Write out each line of the entries exactly, starting at the first and finishing with the line that contains "extrude(amount=-F3_DEPTH, mode=Mode.SUBTRACT)".

*** Task inputs ***

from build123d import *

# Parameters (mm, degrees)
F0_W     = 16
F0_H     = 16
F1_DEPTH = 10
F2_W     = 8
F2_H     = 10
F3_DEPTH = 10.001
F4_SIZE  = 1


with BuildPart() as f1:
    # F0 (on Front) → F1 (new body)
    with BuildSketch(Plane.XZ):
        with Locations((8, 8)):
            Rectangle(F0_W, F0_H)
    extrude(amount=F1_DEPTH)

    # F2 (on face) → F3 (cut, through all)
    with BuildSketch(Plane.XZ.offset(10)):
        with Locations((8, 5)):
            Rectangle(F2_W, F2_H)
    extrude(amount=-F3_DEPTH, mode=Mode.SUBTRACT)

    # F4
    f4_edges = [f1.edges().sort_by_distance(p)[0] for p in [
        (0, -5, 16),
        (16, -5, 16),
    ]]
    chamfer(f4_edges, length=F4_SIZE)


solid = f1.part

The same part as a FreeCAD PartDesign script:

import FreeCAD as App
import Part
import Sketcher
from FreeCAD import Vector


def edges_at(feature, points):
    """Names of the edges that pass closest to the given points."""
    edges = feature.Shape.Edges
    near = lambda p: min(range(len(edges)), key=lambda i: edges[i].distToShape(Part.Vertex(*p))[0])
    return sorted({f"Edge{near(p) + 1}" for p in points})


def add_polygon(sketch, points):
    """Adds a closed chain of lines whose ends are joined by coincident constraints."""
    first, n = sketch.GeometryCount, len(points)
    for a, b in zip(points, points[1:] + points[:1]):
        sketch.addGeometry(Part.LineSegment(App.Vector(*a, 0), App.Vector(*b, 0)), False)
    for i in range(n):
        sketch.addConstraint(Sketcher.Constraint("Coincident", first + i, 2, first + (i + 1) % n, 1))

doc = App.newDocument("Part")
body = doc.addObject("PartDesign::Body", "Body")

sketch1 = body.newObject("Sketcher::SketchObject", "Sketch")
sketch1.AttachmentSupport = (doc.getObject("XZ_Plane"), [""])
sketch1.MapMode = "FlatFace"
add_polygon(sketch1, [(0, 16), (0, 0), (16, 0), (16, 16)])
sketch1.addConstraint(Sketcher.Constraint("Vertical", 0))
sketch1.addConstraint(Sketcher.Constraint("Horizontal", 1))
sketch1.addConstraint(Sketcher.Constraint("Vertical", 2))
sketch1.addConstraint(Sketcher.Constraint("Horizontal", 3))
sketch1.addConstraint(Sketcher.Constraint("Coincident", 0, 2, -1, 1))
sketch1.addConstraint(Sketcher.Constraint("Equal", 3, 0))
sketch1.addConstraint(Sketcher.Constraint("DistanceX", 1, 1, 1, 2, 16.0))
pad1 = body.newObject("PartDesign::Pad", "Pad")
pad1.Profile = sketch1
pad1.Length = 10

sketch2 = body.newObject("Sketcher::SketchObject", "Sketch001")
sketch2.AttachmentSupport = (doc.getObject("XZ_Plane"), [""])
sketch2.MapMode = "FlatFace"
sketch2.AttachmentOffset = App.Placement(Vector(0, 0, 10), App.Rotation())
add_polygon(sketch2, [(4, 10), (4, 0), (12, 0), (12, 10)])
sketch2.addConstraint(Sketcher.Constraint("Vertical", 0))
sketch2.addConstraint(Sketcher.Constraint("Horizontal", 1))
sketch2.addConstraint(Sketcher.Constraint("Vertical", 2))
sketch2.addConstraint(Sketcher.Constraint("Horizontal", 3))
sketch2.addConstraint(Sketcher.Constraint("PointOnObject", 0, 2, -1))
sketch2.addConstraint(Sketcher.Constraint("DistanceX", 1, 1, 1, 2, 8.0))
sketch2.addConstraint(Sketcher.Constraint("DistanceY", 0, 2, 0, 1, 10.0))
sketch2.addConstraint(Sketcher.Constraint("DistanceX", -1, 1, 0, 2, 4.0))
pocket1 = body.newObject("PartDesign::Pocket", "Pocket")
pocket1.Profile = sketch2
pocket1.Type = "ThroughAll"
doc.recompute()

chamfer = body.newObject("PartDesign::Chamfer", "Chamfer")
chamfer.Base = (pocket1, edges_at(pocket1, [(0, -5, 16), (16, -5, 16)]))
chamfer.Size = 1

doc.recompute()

*** End of Task inputs ***

→ Written solution
from build123d import *

# Parameters (mm, degrees)
F0_W     = 16
F0_H     = 16
F1_DEPTH = 10
F2_W     = 8
F2_H     = 10
F3_DEPTH = 10.001
F4_SIZE  = 1


with BuildPart() as f1:
    # F0 (on Front) → F1 (new body)
    with BuildSketch(Plane.XZ):
        with Locations((8, 8)):
            Rectangle(F0_W, F0_H)
    extrude(amount=F1_DEPTH)

    # F2 (on face) → F3 (cut, through all)
    with BuildSketch(Plane.XZ.offset(10)):
        with Locations((8, 5)):
            Rectangle(F2_W, F2_H)
    extrude(amount=-F3_DEPTH, mode=Mode.SUBTRACT)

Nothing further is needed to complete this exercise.